A strong due diligence survey for shared access focuses on three things:
1) The record: plats, maps, and legal descriptions
Old plats often show streets, lanes, alleys, and right-of-way lines. However, those lines don’t always match what you see today. Still, plats give you a starting point. They also show intent—what the original plan claimed.
2) The rights: deeds, easements, and “who can use what”
This part matters the most. A driveway can cross land you don’t own, yet an easement can still give you the legal right to use it. On the other hand, a well-worn lane might have no easement at all. That gap creates risk.
3) The ground truth: monuments, corners, and occupation clues
Surveyors don’t guess. They hunt for boundary evidence—monuments, pins, irons, old marks, fences, and long-standing features. Then they compare those clues to what the records describe. If something looks off, they flag it early.
That same mix—records, rights, and ground proof—sits at the heart of the Mora case. And it’s exactly why due diligence matters.
The road-right surprises buyers see most often
Let’s make this real. These problems show up again and again:
“The road is there, so I can use it.” Not always. A road can look public and still be private.
“The county plows it, so it must be public.” Sometimes yes, sometimes no. In rural areas, maintenance stories get messy fast. People also confuse informal help with official duty.
“The seller said it’s fine.” Sellers don’t grant legal rights with a sentence. Paper does.
“My lender didn’t mention any of this.” Lenders focus on financing. You must protect yourself from risk.
So, if you see “shared access,” treat it like a flashing light. You can still buy the property. However, you should confirm the access story before you sign.
Smaller lots, Bigger consequences
You might think shared access only hits cabins and gravel roads. Actually, Minneapolis brings its own version of the same drama—just tighter, faster, and often more emotional.
For example:
- Two homes share a single driveway, and both owners assume they “own half.”
- An alley provides access, but fences, garages, and remodels blur lines over decades.
- Older plats create odd lot angles, and the “obvious” boundary doesn’t match the record.
- A new buyer wants to pave or widen a drive, and the neighbor says, “Not on my land.”
Because lots run tight, even a foot can trigger a fight.
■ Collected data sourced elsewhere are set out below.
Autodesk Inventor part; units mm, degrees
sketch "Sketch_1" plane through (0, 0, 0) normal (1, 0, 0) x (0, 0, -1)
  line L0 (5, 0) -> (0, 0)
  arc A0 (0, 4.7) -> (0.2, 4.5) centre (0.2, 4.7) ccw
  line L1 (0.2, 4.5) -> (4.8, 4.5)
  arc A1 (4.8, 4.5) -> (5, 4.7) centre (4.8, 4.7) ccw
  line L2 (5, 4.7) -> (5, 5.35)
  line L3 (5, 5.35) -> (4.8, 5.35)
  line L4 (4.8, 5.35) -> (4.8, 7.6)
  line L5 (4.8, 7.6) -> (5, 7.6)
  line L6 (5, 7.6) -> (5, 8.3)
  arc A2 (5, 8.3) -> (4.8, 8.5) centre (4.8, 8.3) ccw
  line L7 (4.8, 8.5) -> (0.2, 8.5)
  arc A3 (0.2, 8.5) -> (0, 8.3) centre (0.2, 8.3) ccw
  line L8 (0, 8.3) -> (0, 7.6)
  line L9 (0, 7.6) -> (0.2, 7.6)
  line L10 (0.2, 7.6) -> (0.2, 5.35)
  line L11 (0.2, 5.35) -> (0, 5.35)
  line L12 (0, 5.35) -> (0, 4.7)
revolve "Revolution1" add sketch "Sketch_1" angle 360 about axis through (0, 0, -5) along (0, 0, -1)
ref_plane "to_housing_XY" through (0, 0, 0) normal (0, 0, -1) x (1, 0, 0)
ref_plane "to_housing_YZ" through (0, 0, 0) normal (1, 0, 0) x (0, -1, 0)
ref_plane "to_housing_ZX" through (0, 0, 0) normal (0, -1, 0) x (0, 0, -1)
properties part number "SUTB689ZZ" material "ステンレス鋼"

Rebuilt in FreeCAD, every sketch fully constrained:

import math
import FreeCAD as App
import Part
import Sketcher

V = App.Vector

doc = App.newDocument("Part")
body = doc.addObject("PartDesign::Body", "Body")

sketch1 = doc.addObject("Sketcher::SketchObject", "Sketch")
body.addObject(sketch1)
sketch1.AttachmentSupport = (doc.YZ_Plane, [""])
sketch1.MapMode = "FlatFace"
sketch1.addGeometry([
    Part.LineSegment(V(5.35, 0, 0), V(4.7, 0, 0)),
    Part.ArcOfCircle(Part.Circle(V(4.7, -0.2, 0), V(0, 0, 1), 0.2), math.radians(90), math.radians(180)),
    Part.LineSegment(V(4.5, -0.2, 0), V(4.5, -4.8, 0)),
    Part.ArcOfCircle(Part.Circle(V(4.7, -4.8, 0), V(0, 0, 1), 0.2), math.radians(180), math.radians(270)),
    Part.LineSegment(V(4.7, -5, 0), V(5.35, -5, 0)),
    Part.LineSegment(V(5.35, -5, 0), V(5.35, -4.8, 0)),
    Part.LineSegment(V(5.35, -4.8, 0), V(7.6, -4.8, 0)),
    Part.LineSegment(V(7.6, -4.8, 0), V(7.6, -5, 0)),
    Part.LineSegment(V(7.6, -5, 0), V(8.3, -5, 0)),
    Part.ArcOfCircle(Part.Circle(V(8.3, -4.8, 0), V(0, 0, 1), 0.2), math.radians(-90), math.radians(0)),
    Part.LineSegment(V(8.5, -4.8, 0), V(8.5, -0.2, 0)),
    Part.ArcOfCircle(Part.Circle(V(8.3, -0.2, 0), V(0, 0, 1), 0.2), math.radians(0), math.radians(90)),
    Part.LineSegment(V(8.3, 0, 0), V(7.6, 0, 0)),
    Part.LineSegment(V(7.6, 0, 0), V(7.6, -0.2, 0)),
    Part.LineSegment(V(7.6, -0.2, 0), V(5.35, -0.2, 0)),
    Part.LineSegment(V(5.35, -0.2, 0), V(5.35, 0, 0)),
], False)
sketch1.addConstraint([
    Sketcher.Constraint("Tangent", 0, 2, 1, 1),
    Sketcher.Constraint("Tangent", 1, 2, 2, 1),
    Sketcher.Constraint("Tangent", 2, 2, 3, 1),
    Sketcher.Constraint("Tangent", 3, 2, 4, 1),
    Sketcher.Constraint("Coincident", 4, 2, 5, 1),
    Sketcher.Constraint("Coincident", 5, 2, 6, 1),
    Sketcher.Constraint("Coincident", 6, 2, 7, 1),
    Sketcher.Constraint("Coincident", 7, 2, 8, 1),
    Sketcher.Constraint("Tangent", 8, 2, 9, 1),
    Sketcher.Constraint("Tangent", 9, 2, 10, 1),
    Sketcher.Constraint("Tangent", 10, 2, 11, 1),
    Sketcher.Constraint("Tangent", 11, 2, 12, 1),
    Sketcher.Constraint("Coincident", 12, 2, 13, 1),
    Sketcher.Constraint("Coincident", 13, 2, 14, 1),
    Sketcher.Constraint("Coincident", 14, 2, 15, 1),
    Sketcher.Constraint("Coincident", 15, 2, 0, 1),
    Sketcher.Constraint("Horizontal", 0),
    Sketcher.Constraint("Vertical", 2),
    Sketcher.Constraint("Horizontal", 4),
    Sketcher.Constraint("Vertical", 5),
    Sketcher.Constraint("Horizontal", 6),
    Sketcher.Constraint("Vertical", 7),
    Sketcher.Constraint("Horizontal", 8),
    Sketcher.Constraint("Vertical", 10),
    Sketcher.Constraint("Horizontal", 12),
    Sketcher.Constraint("Vertical", 13),
    Sketcher.Constraint("Horizontal", 14),
    Sketcher.Constraint("Vertical", 15),
    Sketcher.Constraint("Equal", 1, 3),
    Sketcher.Constraint("Equal", 3, 9),
    Sketcher.Constraint("Equal", 9, 11),
    Sketcher.Constraint("PointOnObject", 0, 2, -1),
    Sketcher.Constraint("PointOnObject", 11, 2, -1),
    Sketcher.Constraint("Horizontal", 3, 3, 9, 3),
    Sketcher.Constraint("Horizontal", 2, 2, 5, 2),
    Sketcher.Constraint("Horizontal", 10, 2, 13, 2),
    Sketcher.Constraint("Vertical", 7, 2, 12, 2),
    Sketcher.Constraint("Vertical", 5, 2, 14, 2),
    Sketcher.Constraint("Radius", 1, 0.2),
    Sketcher.Constraint("DistanceX", 8, 1, 8, 2, 0.7),
    Sketcher.Constraint("DistanceY", 2, 2, 2, 1, 4.6),
    Sketcher.Constraint("DistanceX", 1, 2, 10, 2, 4.0),
    Sketcher.Constraint("DistanceX", 0, 2, 0, 1, 0.65),
    Sketcher.Constraint("DistanceX", -1, 1, 1, 3, 4.7),
])
revolution = doc.addObject("PartDesign::Revolution", "Revolution")
body.addObject(revolution)
revolution.Profile = sketch1
revolution.ReferenceAxis = (sketch1, ["V_Axis"])
revolution.Angle = 360

doc.recompute()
And once you pour concrete, you don’t want to rip it out later.
That’s why the same lesson from Mora applies here: verify access before you invest in the property—or improvements.
How to talk to a surveyor so you get clear answers
You don’t need fancy language. You just need clear facts.
When you call, say something like:
“I’m under contract on a property. The access looks shared. I want a due diligence survey focused on legal access and any boundary issues tied to that access.”
Then add what you know:
- What route you use to enter the property
- Any gates, signs, or neighbor drive crossings
- What the listing claims
- Any documents the seller provided (even if messy)
Also, ask the surveyor to explain results in plain terms. A good pro will tell you what they can confirm, what looks risky, and what needs more digging.
What you should do before closing
Even if you plan to hire a surveyor, do a quick reality check first:
Drive the access route slowly. Then ask yourself:
- Does it cross another parcel?
- Does it change shape or split?
- Does it run right beside a fence line?
- Does a neighbor treat it like “their” driveway?
Next, save photos. Grab a short video too. Those details help a lot, especially when records look old or unclear.
Most importantly, don’t rely on “everyone uses it” as your safety plan. That exact mindset fuels disputes like the one playing out near Mora right now.
The bottom line
Land can look perfect and still hide a bad access story. And when access turns fuzzy, everything else turns risky—your building plans, your resale value, even your daily drive home.
So if you see “shared access,” don’t panic. Instead, get smart. Due diligence surveys help you confirm what you can use, what you truly own, and what could spark a road-right surprise later.
Because nobody wants to buy land and end up in a fight over one question: “Is it a road… or a driveway?”